It allows a student to be potentially free from any kind of bondage or control. AI gives an opportunity for the students to showcase their innovative side rather than just rote memory. This in turn makes them autonomous learners. The students are able to understand their strengths every time their potentials are amplified. Use of this in the educational sector would bring about a sea of difference as there would be more room for amplifying the existing positive energy. Even the basic assumptions of AI which includes the assumption that 'in every human situation, there is something that works" is a clear indication that no child is incapable of producing a result that would even surprise the child him/herself. All that the child needs are such questions that would enable him/her tap into the core of his/her being.

The system of education which relies on an average test or examination grades label children who do not meet the marks as 'failed'. AI in education enables the child to identify the subjects where he/she is very satisfied with the performance, and through story, the child discovers what he/she did differently and how to tap this aspect for more satisfaction. This is why AI is also referred as 'locating the energy for change'. It is a search for what is good through stories and what needs to be done through dreams. AI brings a dream to reality because, motivation for the future depends on the images of success of the past.

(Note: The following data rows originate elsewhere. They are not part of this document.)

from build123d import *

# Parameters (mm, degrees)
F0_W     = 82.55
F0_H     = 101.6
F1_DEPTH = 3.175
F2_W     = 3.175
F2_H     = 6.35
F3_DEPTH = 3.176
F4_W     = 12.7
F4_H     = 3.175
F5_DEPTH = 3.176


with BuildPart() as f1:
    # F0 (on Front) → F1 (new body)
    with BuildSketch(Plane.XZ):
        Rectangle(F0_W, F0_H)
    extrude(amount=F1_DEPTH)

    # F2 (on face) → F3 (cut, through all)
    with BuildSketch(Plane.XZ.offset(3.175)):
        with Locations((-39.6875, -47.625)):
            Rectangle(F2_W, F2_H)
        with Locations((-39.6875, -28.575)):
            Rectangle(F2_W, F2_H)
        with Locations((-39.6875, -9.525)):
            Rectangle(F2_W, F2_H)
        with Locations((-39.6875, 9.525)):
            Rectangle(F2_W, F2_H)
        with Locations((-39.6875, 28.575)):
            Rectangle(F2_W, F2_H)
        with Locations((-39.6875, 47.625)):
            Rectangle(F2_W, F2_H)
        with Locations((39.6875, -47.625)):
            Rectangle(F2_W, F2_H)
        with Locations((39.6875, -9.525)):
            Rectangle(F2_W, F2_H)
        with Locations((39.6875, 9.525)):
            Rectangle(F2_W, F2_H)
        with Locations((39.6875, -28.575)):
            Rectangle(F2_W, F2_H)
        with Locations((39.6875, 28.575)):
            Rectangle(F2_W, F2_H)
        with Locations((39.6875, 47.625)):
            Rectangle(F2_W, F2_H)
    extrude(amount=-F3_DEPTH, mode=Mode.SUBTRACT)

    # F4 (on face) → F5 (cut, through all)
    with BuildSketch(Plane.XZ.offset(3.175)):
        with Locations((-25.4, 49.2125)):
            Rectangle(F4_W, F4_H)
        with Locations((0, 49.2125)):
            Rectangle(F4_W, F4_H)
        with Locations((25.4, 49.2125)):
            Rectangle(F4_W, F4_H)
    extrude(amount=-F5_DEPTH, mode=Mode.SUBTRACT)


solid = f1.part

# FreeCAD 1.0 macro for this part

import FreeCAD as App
import Part
import Sketcher

V = App.Vector
Q = App.Units.Quantity


def add_polygon(sketch, points):
    """Adds a closed chain of lines whose ends are joined by coincident constraints."""
    first, n = sketch.GeometryCount, len(points)
    for a, b in zip(points, points[1:] + points[:1]):
        sketch.addGeometry(Part.LineSegment(App.Vector(*a, 0), App.Vector(*b, 0)), False)
    for i in range(n):
        sketch.addConstraint(Sketcher.Constraint("Coincident", first + i, 2, first + (i + 1) % n, 1))

doc = App.newDocument("Part")
body = doc.addObject("PartDesign::Body", "Body")

# Sketch on XZ plane
sketch1 = doc.addObject("Sketcher::SketchObject", "Sketch")
body.addObject(sketch1)
sketch1.AttachmentSupport = (doc.XZ_Plane, [""])
sketch1.MapMode = "FlatFace"
add_polygon(sketch1, [(-41, 51), (-41, -51), (41, -51), (41, 51)])  # lines 0-3
sketch1.addConstraint([
    Sketcher.Constraint("Vertical", 0),
    Sketcher.Constraint("Horizontal", 1),
    Sketcher.Constraint("Vertical", 2),
    Sketcher.Constraint("Horizontal", 3),
    Sketcher.Constraint("Symmetric", 0, 2, 2, 2, -1, 1),
    Sketcher.Constraint("DistanceY", 0, 2, 0, 1, Q("4 in")),
    Sketcher.Constraint("DistanceX", 1, 1, 1, 2, Q("3.25 in")),
])
pad1 = doc.addObject("PartDesign::Pad", "Pad")
body.addObject(pad1)
pad1.Profile = sketch1
pad1.Length = Q("0.125 in")

# Sketch on XZ plane
sketch2 = doc.addObject("Sketcher::SketchObject", "Sketch001")
body.addObject(sketch2)
sketch2.AttachmentSupport = (doc.XZ_Plane, [""])
sketch2.MapMode = "FlatFace"
sketch2.AttachmentOffset = App.Placement(V(0, 0, 0.125 * 25.4), App.Rotation())
add_polygon(sketch2, [(-41.3, -44.5), (-41.3, -50.8), (-38.1, -50.8), (-38.1, -44.5)])  # lines 0-3
add_polygon(sketch2, [(-41.3, -25.4), (-41.3, -31.8), (-38.1, -31.8), (-38.1, -25.4)])  # lines 4-7
add_polygon(sketch2, [(-41.3, -6.3), (-41.3, -12.7), (-38.1, -12.7), (-38.1, -6.3)])  # lines 8-11
add_polygon(sketch2, [(-41.3, 12.7), (-41.3, 6.3), (-38.1, 6.3), (-38.1, 12.7)])  # lines 12-15
add_polygon(sketch2, [(-41.3, 31.8), (-41.3, 25.4), (-38.1, 25.4), (-38.1, 31.8)])  # lines 16-19
add_polygon(sketch2, [(-41.3, 50.8), (-41.3, 44.5), (-38.1, 44.5), (-38.1, 50.8)])  # lines 20-23
add_polygon(sketch2, [(38.1, -44.5), (38.1, -50.8), (41.3, -50.8), (41.3, -44.5)])  # lines 24-27
add_polygon(sketch2, [(38.1, -6.3), (38.1, -12.7), (41.3, -12.7), (41.3, -6.3)])  # lines 28-31
add_polygon(sketch2, [(38.1, 12.7), (38.1, 6.3), (41.3, 6.3), (41.3, 12.7)])  # lines 32-35
add_polygon(sketch2, [(38.1, -25.4), (38.1, -31.8), (41.3, -31.8), (41.3, -25.4)])  # lines 36-39
add_polygon(sketch2, [(38.1, 31.8), (38.1, 25.4), (41.3, 25.4), (41.3, 31.8)])  # lines 40-43
add_polygon(sketch2, [(38.1, 50.8), (38.1, 44.5), (41.3, 44.5), (41.3, 50.8)])  # lines 44-47
sketch2.addConstraint([
    Sketcher.Constraint("Vertical", 0),
    Sketcher.Constraint("Horizontal", 1),
    Sketcher.Constraint("Vertical", 2),
    Sketcher.Constraint("Horizontal", 3),
    Sketcher.Constraint("Vertical", 4),
    Sketcher.Constraint("Horizontal", 5),
    Sketcher.Constraint("Vertical", 6),
    Sketcher.Constraint("Horizontal", 7),
    Sketcher.Constraint("Vertical", 8),
    Sketcher.Constraint("Horizontal", 9),
    Sketcher.Constraint("Vertical", 10),
    Sketcher.Constraint("Horizontal", 11),
    Sketcher.Constraint("Vertical", 12),
    Sketcher.Constraint("Horizontal", 13),
    Sketcher.Constraint("Vertical", 14),
    Sketcher.Constraint("Horizontal", 15),
    Sketcher.Constraint("Vertical", 16),
    Sketcher.Constraint("Horizontal", 17),
    Sketcher.Constraint("Vertical", 18),
    Sketcher.Constraint("Horizontal", 19),
    Sketcher.Constraint("Vertical", 20),
    Sketcher.Constraint("Horizontal", 21),
    Sketcher.Constraint("Vertical", 22),
    Sketcher.Constraint("Horizontal", 23),
    Sketcher.Constraint("Vertical", 24),
    Sketcher.Constraint("Horizontal", 25),
    Sketcher.Constraint("Vertical", 26),
    Sketcher.Constraint("Horizontal", 27),
    Sketcher.Constraint("Vertical", 28),
    Sketcher.Constraint("Horizontal", 29),
    Sketcher.Constraint("Vertical", 30),
    Sketcher.Constraint("Horizontal", 31),
    Sketcher.Constraint("Vertical", 32),
    Sketcher.Constraint("Horizontal", 33),
    Sketcher.Constraint("Vertical", 34),
    Sketcher.Constraint("Horizontal", 35),
    Sketcher.Constraint("Vertical", 36),
    Sketcher.Constraint("Horizontal", 37),
    Sketcher.Constraint("Vertical", 38),
    Sketcher.Constraint("Horizontal", 39),
    Sketcher.Constraint("Vertical", 40),
    Sketcher.Constraint("Horizontal", 41),
    Sketcher.Constraint("Vertical", 42),
    Sketcher.Constraint("Horizontal", 43),
    Sketcher.Constraint("Vertical", 44),
    Sketcher.Constraint("Horizontal", 45),
    Sketcher.Constraint("Vertical", 46),
    Sketcher.Constraint("Horizontal", 47),
    Sketcher.Constraint("Symmetric", 22, 2, 24, 2, -1, 1),
    Sketcher.Constraint("Symmetric", 20, 2, 26, 2, -1, 1),
    Sketcher.Constraint("Symmetric", 14, 2, 28, 2, -1, 1),
    Sketcher.Constraint("Symmetric", 12, 2, 30, 2, -1, 1),
    Sketcher.Constraint("Symmetric", 10, 2, 32, 2, -1, 1),
    Sketcher.Constraint("Symmetric", 8, 2, 34, 2, -1, 1),
    Sketcher.Constraint("Symmetric", 18, 2, 36, 2, -1, 1),
    Sketcher.Constraint("Symmetric", 16, 2, 38, 2, -1, 1),
    Sketcher.Constraint("Symmetric", 6, 2, 40, 2, -1, 1),
    Sketcher.Constraint("Symmetric", 4, 2, 42, 2, -1, 1),
    Sketcher.Constraint("Symmetric", 2, 2, 44, 2, -1, 1),
    Sketcher.Constraint("Symmetric", 0, 2, 46, 2, -1, 1),
    Sketcher.Constraint("Symmetric", 1, 2, 24, 2, -2),
    Sketcher.Constraint("Symmetric", 3, 2, 26, 2, -2),
    Sketcher.Constraint("Symmetric", 9, 2, 28, 2, -2),
    Sketcher.Constraint("Symmetric", 11, 2, 30, 2, -2),
    Sketcher.Constraint("Symmetric", 5, 2, 36, 2, -2),
    Sketcher.Constraint("Symmetric", 7, 2, 38, 2, -2),
    Sketcher.Constraint("Vertical", 3, 2, 4, 2),
    Sketcher.Constraint("Vertical", 2, 2, 5, 2),
    Sketcher.Constraint("Vertical", 7, 2, 8, 2),
    Sketcher.Constraint("Vertical", 6, 2, 9, 2),
    Sketcher.Constraint("Equal", 2, 4),
    Sketcher.Constraint("Equal", 6, 8),
    Sketcher.Constraint("DistanceY", 0, 2, -1, 1, Q("2 in")),
    Sketcher.Constraint("DistanceY", 6, 2, -1, 1, Q("1 in")),
    Sketcher.Constraint("DistanceY", 5, 2, 10, 2, Q("1 in")),
    Sketcher.Constraint("DistanceY", 9, 2, 14, 2, Q("1 in")),
    Sketcher.Constraint("DistanceX", 1, 2, 24, 2, Q("3 in")),
    Sketcher.Constraint("DistanceX", 1, 1, 1, 2, Q("0.125 in")),
])
pocket1 = doc.addObject("PartDesign::Pocket", "Pocket")
body.addObject(pocket1)
pocket1.Profile = sketch2
pocket1.Type = "ThroughAll"

# Sketch on XZ plane
sketch3 = doc.addObject("Sketcher::SketchObject", "Sketch002")
body.addObject(sketch3)
sketch3.AttachmentSupport = (doc.XZ_Plane, [""])
sketch3.MapMode = "FlatFace"
sketch3.AttachmentOffset = App.Placement(V(0, 0, 0.125 * 25.4), App.Rotation())
add_polygon(sketch3, [(-31.8, 50.8), (-31.8, 47.6), (-19.1, 47.6), (-19.1, 50.8)])  # lines 0-3
add_polygon(sketch3, [(-6.3, 50.8), (-6.3, 47.6), (6.3, 47.6), (6.3, 50.8)])  # lines 4-7
add_polygon(sketch3, [(19.1, 50.8), (19.1, 47.6), (31.8, 47.6), (31.8, 50.8)])  # lines 8-11
sketch3.addConstraint([
    Sketcher.Constraint("Vertical", 0),
    Sketcher.Constraint("Horizontal", 1),
    Sketcher.Constraint("Vertical", 2),
    Sketcher.Constraint("Horizontal", 3),
    Sketcher.Constraint("Vertical", 4),
    Sketcher.Constraint("Horizontal", 5),
    Sketcher.Constraint("Vertical", 6),
    Sketcher.Constraint("Horizontal", 7),
    Sketcher.Constraint("Vertical", 8),
    Sketcher.Constraint("Horizontal", 9),
    Sketcher.Constraint("Vertical", 10),
    Sketcher.Constraint("Horizontal", 11),
    Sketcher.Constraint("Symmetric", 1, 2, 8, 2, -2),
    Sketcher.Constraint("Symmetric", 3, 2, 10, 2, -2),
    Sketcher.Constraint("Horizontal", 1, 2, 4, 2),
    Sketcher.Constraint("Horizontal", 3, 2, 6, 2),
    Sketcher.Constraint("Equal", 3, 5),
    Sketcher.Constraint("DistanceX", 1, 1, 1, 2, Q("0.5 in")),
    Sketcher.Constraint("DistanceY", -1, 1, 2, 2, Q("2 in")),
    Sketcher.Constraint("DistanceX", 0, 2, 4, 2, Q("1 in")),
    Sketcher.Constraint("DistanceX", 4, 2, 8, 2, Q("1 in")),
    Sketcher.Constraint("DistanceY", 0, 2, 0, 1, Q("0.125 in")),
])
pocket2 = doc.addObject("PartDesign::Pocket", "Pocket001")
body.addObject(pocket2)
pocket2.Profile = sketch3
pocket2.Type = "ThroughAll"

doc.recompute()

==Educational reform movement==
One of the strands of educational reform movements in the last two decades has been the call for greater collaborative efforts, both among educators as well as with parents, students and the surrounding community. Educational researcher Hargreaves (1994) referred to collaboration as an 'articulating and integrating principle' (p. 245) for school improvement, providing a way for teachers to learn from each other, gain moral support, coordinate action, and reflect on their classroom practices, their values, and the meaning of their work .

These concerns point to the need for a change process that has a positive focus, is essentially self-organizing, encourages deep reflection, and avoids the pitfalls of manipulation by school administrators. This analysis points to a consideration of appreciative inquiry, a strengths-based process that builds on 'the best of what is' in an organization.